DESCRIPTION OF THE TASK: From the records below, output exactly the lines running from the line containing "f 209 22 18" through the line containing "f 228 98 92", and no others.

TASK INPUT:
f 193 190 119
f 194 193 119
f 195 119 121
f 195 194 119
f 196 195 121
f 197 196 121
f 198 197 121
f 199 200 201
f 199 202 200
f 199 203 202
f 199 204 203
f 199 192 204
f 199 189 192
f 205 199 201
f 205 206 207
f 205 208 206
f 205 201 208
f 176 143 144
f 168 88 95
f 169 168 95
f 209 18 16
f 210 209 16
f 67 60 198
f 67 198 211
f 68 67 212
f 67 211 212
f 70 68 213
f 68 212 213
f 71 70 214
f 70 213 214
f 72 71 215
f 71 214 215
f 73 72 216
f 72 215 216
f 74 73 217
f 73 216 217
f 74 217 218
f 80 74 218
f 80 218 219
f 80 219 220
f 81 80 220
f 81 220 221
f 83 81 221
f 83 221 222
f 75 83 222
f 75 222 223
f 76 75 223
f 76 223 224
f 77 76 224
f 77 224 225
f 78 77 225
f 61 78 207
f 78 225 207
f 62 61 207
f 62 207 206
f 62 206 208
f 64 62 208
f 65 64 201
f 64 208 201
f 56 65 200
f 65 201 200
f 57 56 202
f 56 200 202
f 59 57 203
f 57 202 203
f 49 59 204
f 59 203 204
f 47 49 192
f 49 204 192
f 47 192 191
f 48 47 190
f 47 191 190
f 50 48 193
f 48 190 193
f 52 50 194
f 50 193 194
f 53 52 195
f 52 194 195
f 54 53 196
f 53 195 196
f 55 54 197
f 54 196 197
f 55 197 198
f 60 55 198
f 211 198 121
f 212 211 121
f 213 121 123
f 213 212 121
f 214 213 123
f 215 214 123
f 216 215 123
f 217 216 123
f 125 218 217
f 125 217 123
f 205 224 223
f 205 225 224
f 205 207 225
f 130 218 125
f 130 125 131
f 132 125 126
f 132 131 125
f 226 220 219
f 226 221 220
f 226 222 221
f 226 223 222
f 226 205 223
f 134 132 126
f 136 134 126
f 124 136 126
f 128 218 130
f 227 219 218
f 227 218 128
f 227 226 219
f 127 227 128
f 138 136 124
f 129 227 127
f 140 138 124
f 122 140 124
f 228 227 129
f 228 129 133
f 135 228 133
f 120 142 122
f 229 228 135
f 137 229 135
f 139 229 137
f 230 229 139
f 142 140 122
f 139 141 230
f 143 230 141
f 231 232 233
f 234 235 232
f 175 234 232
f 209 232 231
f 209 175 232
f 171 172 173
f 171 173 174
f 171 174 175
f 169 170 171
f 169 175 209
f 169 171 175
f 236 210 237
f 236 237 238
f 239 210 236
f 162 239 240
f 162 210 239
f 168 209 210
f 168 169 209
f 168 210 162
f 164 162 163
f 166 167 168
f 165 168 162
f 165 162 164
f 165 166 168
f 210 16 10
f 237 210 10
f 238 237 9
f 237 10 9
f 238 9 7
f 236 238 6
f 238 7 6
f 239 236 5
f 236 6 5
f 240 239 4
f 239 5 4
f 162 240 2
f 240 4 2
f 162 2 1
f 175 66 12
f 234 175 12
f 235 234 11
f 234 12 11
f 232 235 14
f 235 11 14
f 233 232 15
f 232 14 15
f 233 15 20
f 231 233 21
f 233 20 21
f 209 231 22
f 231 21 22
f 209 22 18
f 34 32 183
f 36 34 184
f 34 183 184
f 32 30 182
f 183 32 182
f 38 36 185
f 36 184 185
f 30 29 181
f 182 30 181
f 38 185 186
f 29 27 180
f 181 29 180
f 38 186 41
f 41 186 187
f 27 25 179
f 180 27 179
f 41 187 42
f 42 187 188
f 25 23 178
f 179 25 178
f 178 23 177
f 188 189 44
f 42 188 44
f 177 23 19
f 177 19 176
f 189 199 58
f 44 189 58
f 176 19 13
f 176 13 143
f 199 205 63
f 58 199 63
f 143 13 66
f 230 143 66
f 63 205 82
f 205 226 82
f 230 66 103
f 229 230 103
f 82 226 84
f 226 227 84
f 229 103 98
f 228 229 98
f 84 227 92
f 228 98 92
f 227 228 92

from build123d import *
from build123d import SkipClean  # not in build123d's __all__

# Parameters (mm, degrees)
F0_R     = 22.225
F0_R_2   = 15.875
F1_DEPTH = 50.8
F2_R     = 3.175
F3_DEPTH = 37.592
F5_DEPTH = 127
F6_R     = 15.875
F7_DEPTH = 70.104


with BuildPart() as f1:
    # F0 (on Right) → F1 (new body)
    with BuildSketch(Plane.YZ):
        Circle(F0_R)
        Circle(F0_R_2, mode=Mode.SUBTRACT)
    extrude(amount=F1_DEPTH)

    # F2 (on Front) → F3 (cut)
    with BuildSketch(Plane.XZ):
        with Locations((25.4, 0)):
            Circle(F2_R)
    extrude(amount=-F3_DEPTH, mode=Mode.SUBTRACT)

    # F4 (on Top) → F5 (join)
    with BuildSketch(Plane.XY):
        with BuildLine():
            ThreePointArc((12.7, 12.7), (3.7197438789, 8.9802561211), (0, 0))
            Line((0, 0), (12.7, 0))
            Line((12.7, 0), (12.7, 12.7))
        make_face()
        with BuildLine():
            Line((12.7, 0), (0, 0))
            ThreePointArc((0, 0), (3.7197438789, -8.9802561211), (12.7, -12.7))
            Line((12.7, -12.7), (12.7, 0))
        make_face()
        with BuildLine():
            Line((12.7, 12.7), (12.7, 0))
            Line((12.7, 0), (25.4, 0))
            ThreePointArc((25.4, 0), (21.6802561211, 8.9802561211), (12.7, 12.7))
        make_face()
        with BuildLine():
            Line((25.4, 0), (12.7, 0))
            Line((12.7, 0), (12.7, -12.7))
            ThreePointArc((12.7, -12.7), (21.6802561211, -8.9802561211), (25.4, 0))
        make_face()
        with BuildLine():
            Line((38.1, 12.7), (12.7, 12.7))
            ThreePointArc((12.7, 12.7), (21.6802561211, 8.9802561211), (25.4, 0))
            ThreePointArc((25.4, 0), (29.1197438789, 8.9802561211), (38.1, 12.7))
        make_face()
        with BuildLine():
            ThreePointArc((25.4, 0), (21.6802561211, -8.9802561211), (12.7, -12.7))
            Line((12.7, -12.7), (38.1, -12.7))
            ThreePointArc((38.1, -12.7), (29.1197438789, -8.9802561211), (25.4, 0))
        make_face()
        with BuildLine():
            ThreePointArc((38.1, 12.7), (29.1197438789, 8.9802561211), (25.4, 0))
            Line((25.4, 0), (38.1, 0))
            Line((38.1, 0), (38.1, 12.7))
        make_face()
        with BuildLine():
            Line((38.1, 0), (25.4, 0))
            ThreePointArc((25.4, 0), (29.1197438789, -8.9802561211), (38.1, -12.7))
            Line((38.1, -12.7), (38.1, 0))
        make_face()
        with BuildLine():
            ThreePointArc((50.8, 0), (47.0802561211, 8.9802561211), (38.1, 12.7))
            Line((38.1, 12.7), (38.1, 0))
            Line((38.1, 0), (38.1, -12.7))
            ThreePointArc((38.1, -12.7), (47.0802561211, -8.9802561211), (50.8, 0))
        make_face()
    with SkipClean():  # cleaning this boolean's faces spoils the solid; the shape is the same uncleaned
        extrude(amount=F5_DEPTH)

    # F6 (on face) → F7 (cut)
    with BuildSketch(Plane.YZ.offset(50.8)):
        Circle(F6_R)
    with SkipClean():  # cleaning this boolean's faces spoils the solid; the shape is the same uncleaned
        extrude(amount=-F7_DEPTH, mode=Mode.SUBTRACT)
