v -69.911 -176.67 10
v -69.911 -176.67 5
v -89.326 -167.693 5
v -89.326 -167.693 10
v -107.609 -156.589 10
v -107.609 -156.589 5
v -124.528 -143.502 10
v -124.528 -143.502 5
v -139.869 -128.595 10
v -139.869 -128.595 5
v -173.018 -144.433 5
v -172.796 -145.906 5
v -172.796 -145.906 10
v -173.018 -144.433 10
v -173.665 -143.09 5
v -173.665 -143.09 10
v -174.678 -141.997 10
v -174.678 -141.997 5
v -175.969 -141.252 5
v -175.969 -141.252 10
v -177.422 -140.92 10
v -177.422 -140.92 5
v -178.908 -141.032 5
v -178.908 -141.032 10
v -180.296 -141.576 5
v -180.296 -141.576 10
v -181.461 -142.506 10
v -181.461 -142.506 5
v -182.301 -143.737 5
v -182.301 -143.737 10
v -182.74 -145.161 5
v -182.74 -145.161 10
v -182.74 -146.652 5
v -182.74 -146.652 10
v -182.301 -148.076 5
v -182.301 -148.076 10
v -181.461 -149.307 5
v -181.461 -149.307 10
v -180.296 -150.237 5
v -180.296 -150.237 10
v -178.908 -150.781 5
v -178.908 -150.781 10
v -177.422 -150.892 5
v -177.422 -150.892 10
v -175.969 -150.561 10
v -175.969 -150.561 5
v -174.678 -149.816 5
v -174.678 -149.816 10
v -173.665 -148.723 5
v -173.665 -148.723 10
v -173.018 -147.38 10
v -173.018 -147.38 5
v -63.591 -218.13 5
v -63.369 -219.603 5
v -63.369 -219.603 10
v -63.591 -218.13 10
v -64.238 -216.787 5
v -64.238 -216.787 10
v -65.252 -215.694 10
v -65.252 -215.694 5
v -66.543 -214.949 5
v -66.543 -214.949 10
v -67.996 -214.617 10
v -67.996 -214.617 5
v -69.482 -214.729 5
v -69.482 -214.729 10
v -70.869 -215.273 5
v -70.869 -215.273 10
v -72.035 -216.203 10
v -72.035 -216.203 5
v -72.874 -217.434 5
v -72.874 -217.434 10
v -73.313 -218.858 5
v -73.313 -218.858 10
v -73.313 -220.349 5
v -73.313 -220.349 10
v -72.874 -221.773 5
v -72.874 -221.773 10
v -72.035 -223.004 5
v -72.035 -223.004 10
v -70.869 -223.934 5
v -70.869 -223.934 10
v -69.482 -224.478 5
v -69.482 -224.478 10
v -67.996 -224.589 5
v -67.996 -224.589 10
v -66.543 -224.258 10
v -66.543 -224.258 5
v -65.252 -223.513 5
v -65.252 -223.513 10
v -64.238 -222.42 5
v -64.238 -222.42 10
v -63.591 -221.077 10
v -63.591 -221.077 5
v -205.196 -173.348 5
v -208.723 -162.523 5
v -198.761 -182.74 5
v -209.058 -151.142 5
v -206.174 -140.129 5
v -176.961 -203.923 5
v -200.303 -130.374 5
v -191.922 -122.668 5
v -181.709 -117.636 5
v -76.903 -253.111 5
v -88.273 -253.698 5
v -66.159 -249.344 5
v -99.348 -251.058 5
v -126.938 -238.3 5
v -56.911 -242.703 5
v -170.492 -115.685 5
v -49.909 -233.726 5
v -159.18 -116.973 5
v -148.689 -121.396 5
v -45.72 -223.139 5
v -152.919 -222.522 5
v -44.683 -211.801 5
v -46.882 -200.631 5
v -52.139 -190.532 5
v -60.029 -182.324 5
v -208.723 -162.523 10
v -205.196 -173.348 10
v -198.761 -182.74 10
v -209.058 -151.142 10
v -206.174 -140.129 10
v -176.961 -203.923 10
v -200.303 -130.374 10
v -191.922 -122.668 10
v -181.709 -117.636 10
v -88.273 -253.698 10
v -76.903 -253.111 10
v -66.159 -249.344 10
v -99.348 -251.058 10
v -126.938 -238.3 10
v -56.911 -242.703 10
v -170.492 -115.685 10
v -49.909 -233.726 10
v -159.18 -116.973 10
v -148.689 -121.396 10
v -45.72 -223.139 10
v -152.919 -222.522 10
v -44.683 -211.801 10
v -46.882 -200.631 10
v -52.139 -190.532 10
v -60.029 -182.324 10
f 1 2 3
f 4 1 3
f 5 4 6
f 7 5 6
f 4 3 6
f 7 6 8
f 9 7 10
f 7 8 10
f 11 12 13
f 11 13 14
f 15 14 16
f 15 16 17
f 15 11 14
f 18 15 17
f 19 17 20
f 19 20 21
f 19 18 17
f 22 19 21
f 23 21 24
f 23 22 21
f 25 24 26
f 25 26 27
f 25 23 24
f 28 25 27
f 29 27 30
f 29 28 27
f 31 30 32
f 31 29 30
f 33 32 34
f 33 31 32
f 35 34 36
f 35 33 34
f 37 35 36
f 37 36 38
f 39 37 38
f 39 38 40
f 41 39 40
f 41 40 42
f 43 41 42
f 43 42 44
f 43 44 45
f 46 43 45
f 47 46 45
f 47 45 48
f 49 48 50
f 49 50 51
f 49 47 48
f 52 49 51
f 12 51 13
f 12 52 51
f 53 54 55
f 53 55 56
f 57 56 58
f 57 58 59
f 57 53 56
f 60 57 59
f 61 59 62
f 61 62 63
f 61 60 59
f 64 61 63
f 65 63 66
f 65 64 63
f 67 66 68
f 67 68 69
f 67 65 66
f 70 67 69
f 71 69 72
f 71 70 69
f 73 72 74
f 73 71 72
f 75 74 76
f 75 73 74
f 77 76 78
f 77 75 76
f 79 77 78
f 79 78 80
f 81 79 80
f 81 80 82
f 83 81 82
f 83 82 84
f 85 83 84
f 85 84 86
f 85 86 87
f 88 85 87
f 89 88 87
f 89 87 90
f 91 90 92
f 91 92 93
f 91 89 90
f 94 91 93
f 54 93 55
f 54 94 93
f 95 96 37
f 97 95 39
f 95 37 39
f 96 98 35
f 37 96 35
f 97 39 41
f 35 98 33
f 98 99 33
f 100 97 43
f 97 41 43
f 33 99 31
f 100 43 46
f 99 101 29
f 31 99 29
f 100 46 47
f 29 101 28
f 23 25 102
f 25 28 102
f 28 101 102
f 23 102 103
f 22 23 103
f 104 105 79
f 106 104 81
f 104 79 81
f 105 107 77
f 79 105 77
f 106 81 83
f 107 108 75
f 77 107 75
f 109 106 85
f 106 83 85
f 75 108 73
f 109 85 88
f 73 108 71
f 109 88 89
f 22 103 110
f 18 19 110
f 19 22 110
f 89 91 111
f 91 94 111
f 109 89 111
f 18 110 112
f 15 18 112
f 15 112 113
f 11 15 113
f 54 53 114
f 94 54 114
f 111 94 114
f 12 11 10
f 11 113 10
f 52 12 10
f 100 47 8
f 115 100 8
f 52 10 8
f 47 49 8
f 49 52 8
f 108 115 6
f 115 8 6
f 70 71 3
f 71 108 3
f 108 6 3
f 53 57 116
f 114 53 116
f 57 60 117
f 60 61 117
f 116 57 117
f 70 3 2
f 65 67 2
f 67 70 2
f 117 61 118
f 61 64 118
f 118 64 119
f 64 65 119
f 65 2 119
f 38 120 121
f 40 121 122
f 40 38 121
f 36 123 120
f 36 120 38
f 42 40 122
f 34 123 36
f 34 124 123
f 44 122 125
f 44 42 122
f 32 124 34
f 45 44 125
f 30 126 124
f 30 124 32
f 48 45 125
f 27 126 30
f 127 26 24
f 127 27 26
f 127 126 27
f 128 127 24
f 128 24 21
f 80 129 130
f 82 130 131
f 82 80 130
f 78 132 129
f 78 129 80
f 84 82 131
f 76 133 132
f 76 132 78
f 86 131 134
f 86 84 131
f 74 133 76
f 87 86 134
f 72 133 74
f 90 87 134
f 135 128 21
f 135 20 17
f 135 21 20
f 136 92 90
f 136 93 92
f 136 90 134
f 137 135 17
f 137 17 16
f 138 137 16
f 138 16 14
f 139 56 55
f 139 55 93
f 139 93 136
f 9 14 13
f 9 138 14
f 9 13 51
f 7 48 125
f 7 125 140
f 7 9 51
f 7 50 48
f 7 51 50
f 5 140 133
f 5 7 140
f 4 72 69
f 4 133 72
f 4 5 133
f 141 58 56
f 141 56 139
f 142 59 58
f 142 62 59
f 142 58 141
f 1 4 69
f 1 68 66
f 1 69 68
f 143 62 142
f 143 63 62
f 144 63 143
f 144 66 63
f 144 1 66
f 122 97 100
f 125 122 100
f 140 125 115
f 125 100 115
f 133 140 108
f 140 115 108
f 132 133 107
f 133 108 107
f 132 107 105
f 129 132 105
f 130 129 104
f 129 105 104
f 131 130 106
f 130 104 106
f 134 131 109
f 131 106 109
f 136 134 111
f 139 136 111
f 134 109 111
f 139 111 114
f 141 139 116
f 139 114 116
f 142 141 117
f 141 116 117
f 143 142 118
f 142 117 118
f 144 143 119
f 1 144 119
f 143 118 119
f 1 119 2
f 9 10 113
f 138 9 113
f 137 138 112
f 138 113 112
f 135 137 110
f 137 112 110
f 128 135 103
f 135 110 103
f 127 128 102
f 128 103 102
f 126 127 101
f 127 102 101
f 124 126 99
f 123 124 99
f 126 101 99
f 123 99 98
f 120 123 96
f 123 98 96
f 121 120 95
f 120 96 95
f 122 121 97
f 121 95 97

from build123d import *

# Parameters (mm, degrees)
F0_W     = 169.7224378586
F0_H     = 29.1480664164
F1_DEPTH = 5
F2_R     = 5
F3_DEPTH = 5.001
F6_R     = 5
F7_DEPTH = 5


# Not quite as in the source:
# - a feature of the source that left no trace in its solid (it failed there, or was rolled back) is left out


with BuildPart() as f1:
    # F0 (on Top) → F1 (new body)
    with BuildSketch(Plane.XY):
        with Locations((-209.8612189293, 14.5740332082)):
            Rectangle(F0_W, F0_H)
        Polygon((125, -249.6209740639), (125, -125), (-125, -125), (-125, 0), (-294.7224378586, 0), (-294.7224378586, -249.6209740639), align=None)
        Polygon((124.7859969735, -298.5799014568), (125, -249.6209740639), (-294.7224378586, -249.6209740639), (-294.7224378586, -298.5799014568), align=None)
    extrude(amount=F1_DEPTH)

    # F2 (on face) → F3 (cut, through all)
    with BuildSketch(Plane.XY.offset(5)):
        with Locations((-228.7230412454, -24.2026941362)):
            Circle(F2_R)
        with Locations((-219.7715429866, -67.8267564705)):
            Circle(F2_R)
        with Locations((-202.5809461153, -108.9080358424)):
            Circle(F2_R)
        with Locations((-177.7957154285, -145.9064206102)):
            Circle(F2_R)
        with Locations((-146.3450338267, -177.4348643144)):
            Circle(F2_R)
        with Locations((-109.4079678244, -202.3113851876)):
            Circle(F2_R)
        with Locations((-68.3692650785, -219.6033779172)):
            Circle(F2_R)
        with Locations((-24.7674410595, -228.6625764382)):
            Circle(F2_R)
        with Locations((19.7628989378, -229.1493570263)):
            Circle(F2_R)
        with Locations((63.5523401318, -221.0454705796)):
            Circle(F2_R)
    extrude(amount=-F3_DEPTH, mode=Mode.SUBTRACT)


with BuildPart() as f7:
    # F6 (on face) → F7 (new body)
    with BuildSketch(Plane.XY.offset(5)):
        with BuildLine():
            ThreePointArc((-44.6295934942, -213.8640500528), (-51.5484234193, -191.3776944906), (-69.9114028179, -176.6703024168))
            ThreePointArc((-69.9114028179, -176.6703024168), (-121.8233411216, -199.1458593545), (-99.3477842144, -251.0577976715))
            ThreePointArc((-99.3477842144, -251.0577976715), (-62.1432379515, -246.945220141), (-44.6295934942, -213.8640500528))
        make_face()
        with Locations((-109.4079678244, -202.3113851876)):
            Circle(F6_R, mode=Mode.SUBTRACT)
        with Locations((-68.3692650785, -219.6033779172)):
            Circle(F6_R, mode=Mode.SUBTRACT)
        with BuildLine():
            ThreePointArc((-139.8690317235, -128.5949220021), (-132.0468964749, -141.1390217828), (-129.3151434854, -155.6675373561))
            ThreePointArc((-129.3151434854, -155.6675373561), (-154.7866291142, -192.9357848352), (-198.7612569937, -182.7401508106))
            ThreePointArc((-198.7612569937, -182.7401508106), (-152.9185251389, -222.5217397679), (-99.3477842144, -251.0577976715))
            ThreePointArc((-99.3477842144, -251.0577976715), (-121.8233411216, -199.1458593545), (-69.9114028179, -176.6703024168))
            ThreePointArc((-69.9114028179, -176.6703024168), (-107.6093315173, -156.5893731081), (-139.8690317235, -128.5949220021))
        make_face()
        with BuildLine():
            ThreePointArc((-198.7612569937, -182.7401508106), (-154.7866291142, -192.9357848352), (-129.3151434854, -155.6675373561))
            ThreePointArc((-129.3151434854, -155.6675373561), (-132.0468964749, -141.1390217828), (-139.8690317235, -128.5949220021))
            ThreePointArc((-139.8690317235, -128.5949220021), (-196.3877578897, -126.221424721), (-198.7612569937, -182.7401508106))
        make_face()
        with Locations((-146.3450338267, -177.4348643144)):
            Circle(F6_R, mode=Mode.SUBTRACT)
        with Locations((-177.7957154285, -145.9064206102)):
            Circle(F6_R, mode=Mode.SUBTRACT)
        with Locations((-109.4079678244, -202.3113851876)):
            Circle(F6_R)
        with Locations((-146.3450338267, -177.4348643144)):
            Circle(F6_R)
    extrude(amount=F7_DEPTH)


solid = f7.part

ANSWER TO THIS TASK:
f 209 22 18
f 34 32 183
f 36 34 184
f 34 183 184
f 32 30 182
f 183 32 182
f 38 36 185
f 36 184 185
f 30 29 181
f 182 30 181
f 38 185 186
f 29 27 180
f 181 29 180
f 38 186 41
f 41 186 187
f 27 25 179
f 180 27 179
f 41 187 42
f 42 187 188
f 25 23 178
f 179 25 178
f 178 23 177
f 188 189 44
f 42 188 44
f 177 23 19
f 177 19 176
f 189 199 58
f 44 189 58
f 176 19 13
f 176 13 143
f 199 205 63
f 58 199 63
f 143 13 66
f 230 143 66
f 63 205 82
f 205 226 82
f 230 66 103
f 229 230 103
f 82 226 84
f 226 227 84
f 229 103 98
f 228 229 98
f 84 227 92
f 228 98 92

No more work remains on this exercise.